Eu sei muito bem que Mato Grosso tem uma política de em algumas escolas acolher os indígenas que não falam as línguas indígenas, mas existe um trabalho de como se vai trabalhar essa língua na escola.
Embora parte das escolas indígenas usem língua indígena, elas não são usadas como língua de instrução. A língua indígena é falada pelos alunos no recreio e entre os professores, mas não é a língua do ensino, e na Constituição Federal está posto que os povos indígenas têm direito ao ensino na língua materna, pelo menos no ensino fundamental, que são os anos iniciais.
Na educação infantil, sabemos que a criança deve ser alfabetizada na sua língua materna. Vejam a dificuldade: você aprender uma língua que não é sua e ainda se apropriar de um processo de alfabetização! As línguas indígenas, sobretudo na alfabetização, sobretudo nos processos de instrução do ensino fundamental, são fundamentais.
Eu queria também dizer que a maior parte da população indígena está situada no Norte, seguido pelo Nordeste. O Nordeste possui um grande número também de etnias e de povos indígenas no que se refere a populações. Isso vai se refletir no Censo Escolar.

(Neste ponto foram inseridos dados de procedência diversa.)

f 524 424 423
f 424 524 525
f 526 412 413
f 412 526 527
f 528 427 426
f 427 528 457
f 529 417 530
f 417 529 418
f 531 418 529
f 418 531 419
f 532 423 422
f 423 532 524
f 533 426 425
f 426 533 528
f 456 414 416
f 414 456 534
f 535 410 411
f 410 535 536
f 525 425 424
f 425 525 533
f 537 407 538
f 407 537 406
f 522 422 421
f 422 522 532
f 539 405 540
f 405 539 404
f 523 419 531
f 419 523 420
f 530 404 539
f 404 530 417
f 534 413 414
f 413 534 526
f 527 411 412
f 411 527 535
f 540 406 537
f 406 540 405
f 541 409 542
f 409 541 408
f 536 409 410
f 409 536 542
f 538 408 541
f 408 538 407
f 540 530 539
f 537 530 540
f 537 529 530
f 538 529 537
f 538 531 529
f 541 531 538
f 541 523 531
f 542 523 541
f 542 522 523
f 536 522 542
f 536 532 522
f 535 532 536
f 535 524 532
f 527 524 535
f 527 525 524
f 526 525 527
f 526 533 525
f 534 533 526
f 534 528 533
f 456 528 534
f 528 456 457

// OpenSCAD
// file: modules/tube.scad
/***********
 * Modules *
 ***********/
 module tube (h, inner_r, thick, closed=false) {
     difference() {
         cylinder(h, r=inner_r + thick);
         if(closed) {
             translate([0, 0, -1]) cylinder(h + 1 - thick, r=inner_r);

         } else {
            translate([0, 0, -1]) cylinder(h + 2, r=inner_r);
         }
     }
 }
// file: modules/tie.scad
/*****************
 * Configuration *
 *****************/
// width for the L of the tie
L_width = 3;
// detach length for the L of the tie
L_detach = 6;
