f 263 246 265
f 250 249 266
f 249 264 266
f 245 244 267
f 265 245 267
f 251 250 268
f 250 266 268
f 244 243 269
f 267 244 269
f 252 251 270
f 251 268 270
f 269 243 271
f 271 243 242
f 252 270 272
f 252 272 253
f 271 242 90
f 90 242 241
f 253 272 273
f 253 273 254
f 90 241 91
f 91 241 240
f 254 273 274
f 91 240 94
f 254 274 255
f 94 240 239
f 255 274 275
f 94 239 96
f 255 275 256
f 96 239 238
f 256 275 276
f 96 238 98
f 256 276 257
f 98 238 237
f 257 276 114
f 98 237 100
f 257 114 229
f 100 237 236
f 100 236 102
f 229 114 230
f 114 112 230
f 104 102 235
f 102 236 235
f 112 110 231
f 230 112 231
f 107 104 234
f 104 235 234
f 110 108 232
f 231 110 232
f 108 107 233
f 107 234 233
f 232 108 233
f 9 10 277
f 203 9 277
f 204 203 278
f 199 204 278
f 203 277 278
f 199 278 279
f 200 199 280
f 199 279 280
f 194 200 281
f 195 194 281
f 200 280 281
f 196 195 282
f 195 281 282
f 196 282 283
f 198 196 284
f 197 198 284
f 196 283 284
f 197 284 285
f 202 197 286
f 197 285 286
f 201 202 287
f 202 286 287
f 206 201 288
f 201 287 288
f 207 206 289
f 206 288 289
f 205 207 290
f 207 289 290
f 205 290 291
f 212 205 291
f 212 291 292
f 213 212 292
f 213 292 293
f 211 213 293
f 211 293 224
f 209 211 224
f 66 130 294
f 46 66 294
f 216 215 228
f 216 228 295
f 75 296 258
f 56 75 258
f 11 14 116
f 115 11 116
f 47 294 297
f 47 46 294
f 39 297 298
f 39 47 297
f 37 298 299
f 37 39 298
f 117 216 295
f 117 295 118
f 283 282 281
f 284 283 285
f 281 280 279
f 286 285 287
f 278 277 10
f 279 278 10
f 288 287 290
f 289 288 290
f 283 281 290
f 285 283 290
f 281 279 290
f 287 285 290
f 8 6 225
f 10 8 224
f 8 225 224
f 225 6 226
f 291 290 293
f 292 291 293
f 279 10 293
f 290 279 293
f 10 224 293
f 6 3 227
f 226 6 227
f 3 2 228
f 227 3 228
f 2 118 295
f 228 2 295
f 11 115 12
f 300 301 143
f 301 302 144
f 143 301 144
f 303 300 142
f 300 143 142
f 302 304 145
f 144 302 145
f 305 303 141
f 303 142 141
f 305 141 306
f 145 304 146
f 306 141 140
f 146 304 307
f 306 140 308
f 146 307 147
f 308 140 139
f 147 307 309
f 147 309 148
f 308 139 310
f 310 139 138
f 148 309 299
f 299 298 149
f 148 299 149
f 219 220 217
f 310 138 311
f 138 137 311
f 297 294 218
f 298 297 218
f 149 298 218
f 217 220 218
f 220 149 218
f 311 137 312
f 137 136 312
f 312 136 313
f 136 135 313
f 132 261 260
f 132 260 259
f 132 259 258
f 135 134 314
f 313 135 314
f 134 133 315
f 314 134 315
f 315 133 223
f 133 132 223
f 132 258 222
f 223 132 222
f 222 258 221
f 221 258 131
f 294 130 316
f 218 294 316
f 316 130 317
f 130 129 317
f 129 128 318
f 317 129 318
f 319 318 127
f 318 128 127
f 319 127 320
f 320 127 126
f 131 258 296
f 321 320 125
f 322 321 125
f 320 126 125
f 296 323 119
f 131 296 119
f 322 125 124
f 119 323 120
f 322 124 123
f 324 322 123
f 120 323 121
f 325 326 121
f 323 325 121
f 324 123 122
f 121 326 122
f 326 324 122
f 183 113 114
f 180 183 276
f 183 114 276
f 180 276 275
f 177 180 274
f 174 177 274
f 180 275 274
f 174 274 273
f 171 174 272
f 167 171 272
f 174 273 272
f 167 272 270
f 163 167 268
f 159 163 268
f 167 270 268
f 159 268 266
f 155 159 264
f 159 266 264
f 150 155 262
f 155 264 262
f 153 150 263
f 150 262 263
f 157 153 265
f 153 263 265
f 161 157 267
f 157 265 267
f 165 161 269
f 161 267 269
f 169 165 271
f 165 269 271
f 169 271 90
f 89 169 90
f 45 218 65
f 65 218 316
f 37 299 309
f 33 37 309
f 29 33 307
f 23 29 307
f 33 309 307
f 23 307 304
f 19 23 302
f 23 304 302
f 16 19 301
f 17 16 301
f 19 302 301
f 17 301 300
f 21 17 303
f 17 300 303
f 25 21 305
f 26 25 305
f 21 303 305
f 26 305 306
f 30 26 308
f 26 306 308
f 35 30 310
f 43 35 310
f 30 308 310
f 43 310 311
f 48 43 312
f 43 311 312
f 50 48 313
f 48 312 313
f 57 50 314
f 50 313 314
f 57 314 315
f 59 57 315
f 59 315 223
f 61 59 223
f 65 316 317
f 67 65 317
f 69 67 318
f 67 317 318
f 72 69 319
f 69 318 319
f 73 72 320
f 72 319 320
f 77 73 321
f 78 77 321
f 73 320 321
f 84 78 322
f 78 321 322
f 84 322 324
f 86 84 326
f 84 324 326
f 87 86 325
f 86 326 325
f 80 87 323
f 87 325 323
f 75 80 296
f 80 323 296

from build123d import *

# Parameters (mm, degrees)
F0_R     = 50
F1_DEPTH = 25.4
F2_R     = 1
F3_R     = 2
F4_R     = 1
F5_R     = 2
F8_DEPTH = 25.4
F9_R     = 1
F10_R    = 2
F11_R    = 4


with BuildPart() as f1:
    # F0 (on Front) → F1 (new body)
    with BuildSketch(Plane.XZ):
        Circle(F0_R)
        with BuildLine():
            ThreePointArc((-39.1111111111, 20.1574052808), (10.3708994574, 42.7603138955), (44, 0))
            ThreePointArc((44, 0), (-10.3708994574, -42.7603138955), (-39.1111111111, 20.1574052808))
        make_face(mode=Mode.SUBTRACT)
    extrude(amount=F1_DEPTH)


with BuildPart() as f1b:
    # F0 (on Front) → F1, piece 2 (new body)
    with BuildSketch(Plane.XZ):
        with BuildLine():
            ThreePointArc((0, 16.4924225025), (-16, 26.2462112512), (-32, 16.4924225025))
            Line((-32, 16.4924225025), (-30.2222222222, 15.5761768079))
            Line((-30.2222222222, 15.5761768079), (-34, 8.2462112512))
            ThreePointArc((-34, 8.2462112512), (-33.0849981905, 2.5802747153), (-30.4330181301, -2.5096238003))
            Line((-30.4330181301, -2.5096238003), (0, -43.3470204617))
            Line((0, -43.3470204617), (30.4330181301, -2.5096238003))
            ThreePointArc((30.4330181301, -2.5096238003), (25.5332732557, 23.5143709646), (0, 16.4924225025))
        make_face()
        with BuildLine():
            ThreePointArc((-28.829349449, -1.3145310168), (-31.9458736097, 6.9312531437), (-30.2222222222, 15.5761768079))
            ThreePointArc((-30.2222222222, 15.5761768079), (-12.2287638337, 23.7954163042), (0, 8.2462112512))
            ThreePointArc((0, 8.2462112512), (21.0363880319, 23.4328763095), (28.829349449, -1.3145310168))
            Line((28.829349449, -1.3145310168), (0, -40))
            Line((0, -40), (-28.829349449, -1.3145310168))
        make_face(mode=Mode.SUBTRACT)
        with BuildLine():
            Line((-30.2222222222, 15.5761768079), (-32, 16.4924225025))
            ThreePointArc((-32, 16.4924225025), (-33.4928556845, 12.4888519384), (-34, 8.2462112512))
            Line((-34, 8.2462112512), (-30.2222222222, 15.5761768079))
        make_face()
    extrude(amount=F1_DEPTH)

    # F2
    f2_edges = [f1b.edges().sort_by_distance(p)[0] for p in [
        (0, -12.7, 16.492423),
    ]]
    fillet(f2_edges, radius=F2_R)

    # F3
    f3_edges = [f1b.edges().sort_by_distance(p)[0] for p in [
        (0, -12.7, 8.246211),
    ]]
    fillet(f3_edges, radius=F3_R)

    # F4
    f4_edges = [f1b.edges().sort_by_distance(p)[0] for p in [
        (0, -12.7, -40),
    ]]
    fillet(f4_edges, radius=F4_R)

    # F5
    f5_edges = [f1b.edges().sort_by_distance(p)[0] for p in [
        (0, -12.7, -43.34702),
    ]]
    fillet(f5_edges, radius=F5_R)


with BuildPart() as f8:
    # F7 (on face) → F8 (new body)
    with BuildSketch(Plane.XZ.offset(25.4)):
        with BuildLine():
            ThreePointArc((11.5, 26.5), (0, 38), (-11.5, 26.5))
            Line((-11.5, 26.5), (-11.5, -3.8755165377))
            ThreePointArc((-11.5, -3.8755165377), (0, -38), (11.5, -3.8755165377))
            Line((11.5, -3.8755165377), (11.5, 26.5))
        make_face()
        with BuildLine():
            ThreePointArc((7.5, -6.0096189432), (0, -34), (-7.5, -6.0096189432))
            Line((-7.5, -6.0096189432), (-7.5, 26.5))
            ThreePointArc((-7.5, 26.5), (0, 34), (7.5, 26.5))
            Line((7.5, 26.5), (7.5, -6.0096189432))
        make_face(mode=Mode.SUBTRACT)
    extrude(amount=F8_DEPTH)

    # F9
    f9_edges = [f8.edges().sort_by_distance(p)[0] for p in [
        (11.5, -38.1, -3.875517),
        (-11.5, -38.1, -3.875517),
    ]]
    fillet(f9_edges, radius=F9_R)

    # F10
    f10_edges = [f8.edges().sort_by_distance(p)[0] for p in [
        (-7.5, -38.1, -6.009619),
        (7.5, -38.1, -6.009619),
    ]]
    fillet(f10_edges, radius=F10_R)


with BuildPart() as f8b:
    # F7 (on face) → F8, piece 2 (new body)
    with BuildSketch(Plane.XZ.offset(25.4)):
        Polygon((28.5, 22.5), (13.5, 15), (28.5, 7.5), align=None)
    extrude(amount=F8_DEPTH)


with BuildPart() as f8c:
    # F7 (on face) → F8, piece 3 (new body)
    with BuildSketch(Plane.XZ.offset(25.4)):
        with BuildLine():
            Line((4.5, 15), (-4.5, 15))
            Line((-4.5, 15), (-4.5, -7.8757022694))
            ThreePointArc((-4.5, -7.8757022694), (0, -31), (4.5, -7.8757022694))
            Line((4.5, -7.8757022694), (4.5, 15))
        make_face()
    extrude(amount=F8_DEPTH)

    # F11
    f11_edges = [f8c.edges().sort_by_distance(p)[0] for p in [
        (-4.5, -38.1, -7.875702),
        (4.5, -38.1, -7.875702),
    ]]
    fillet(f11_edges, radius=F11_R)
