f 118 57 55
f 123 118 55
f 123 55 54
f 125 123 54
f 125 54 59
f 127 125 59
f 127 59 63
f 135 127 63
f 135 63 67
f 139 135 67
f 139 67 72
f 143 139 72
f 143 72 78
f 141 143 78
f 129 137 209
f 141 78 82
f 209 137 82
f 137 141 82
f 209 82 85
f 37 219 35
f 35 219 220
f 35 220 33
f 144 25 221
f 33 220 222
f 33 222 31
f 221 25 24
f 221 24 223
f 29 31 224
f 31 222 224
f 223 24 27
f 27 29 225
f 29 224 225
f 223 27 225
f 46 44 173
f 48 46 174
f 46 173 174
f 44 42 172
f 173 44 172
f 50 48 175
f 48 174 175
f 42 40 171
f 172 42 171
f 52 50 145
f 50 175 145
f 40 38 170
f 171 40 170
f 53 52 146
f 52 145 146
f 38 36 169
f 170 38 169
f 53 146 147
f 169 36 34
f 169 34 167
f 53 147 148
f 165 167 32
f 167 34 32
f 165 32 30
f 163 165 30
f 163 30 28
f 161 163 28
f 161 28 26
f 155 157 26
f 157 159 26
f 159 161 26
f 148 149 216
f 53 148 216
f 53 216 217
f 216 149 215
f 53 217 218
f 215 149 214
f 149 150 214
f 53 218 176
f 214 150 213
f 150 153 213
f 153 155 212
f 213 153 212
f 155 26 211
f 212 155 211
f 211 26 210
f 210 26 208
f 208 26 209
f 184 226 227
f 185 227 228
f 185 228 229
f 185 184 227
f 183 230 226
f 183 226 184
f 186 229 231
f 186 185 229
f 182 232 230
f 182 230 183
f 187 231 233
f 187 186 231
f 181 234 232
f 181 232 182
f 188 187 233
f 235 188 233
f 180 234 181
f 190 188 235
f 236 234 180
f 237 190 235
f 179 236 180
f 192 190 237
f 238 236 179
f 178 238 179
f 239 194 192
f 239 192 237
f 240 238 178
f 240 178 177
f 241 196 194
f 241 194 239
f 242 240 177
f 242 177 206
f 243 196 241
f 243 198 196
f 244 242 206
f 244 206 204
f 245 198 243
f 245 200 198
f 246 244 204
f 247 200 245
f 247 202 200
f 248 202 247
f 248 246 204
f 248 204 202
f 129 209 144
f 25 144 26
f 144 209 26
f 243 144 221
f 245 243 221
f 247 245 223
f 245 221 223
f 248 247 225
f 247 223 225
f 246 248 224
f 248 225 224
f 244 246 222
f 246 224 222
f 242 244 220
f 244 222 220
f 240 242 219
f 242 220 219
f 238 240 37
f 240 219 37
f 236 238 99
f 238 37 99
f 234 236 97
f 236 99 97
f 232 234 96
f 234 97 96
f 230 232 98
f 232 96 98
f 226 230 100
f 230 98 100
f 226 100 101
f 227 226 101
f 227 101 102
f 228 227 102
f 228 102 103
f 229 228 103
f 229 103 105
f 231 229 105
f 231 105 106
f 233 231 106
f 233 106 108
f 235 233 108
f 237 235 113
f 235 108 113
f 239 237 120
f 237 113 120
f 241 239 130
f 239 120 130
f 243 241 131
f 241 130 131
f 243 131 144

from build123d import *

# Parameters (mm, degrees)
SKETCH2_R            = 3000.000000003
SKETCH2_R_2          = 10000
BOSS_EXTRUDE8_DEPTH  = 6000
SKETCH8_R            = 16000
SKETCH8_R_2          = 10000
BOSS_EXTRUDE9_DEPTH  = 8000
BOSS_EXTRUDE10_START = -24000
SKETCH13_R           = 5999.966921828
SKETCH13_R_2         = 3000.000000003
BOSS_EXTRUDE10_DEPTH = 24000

Então, o Censo Escolar traz esta divisão: a maior parte das escolas indígenas se concentra na Região Norte, seguida pela Região Nordeste.
Aqui está um retrato para termos um panorama de onde estão os povos indígenas e da situação das suas terras. Vemos muitas terras ocupadas pelos indígenas na Região Norte e na Região Centro-Oeste e uma pequena parcela de terras ocupada pelos indígenas do Nordeste. Lembro que o processo de colonização começou pelo Nordeste e que o processo de colonização, como em outras sociedades da América Latina, foi cruel no que se refere ao massacre das culturas, no que se refere ao extermínio de povos indígenas.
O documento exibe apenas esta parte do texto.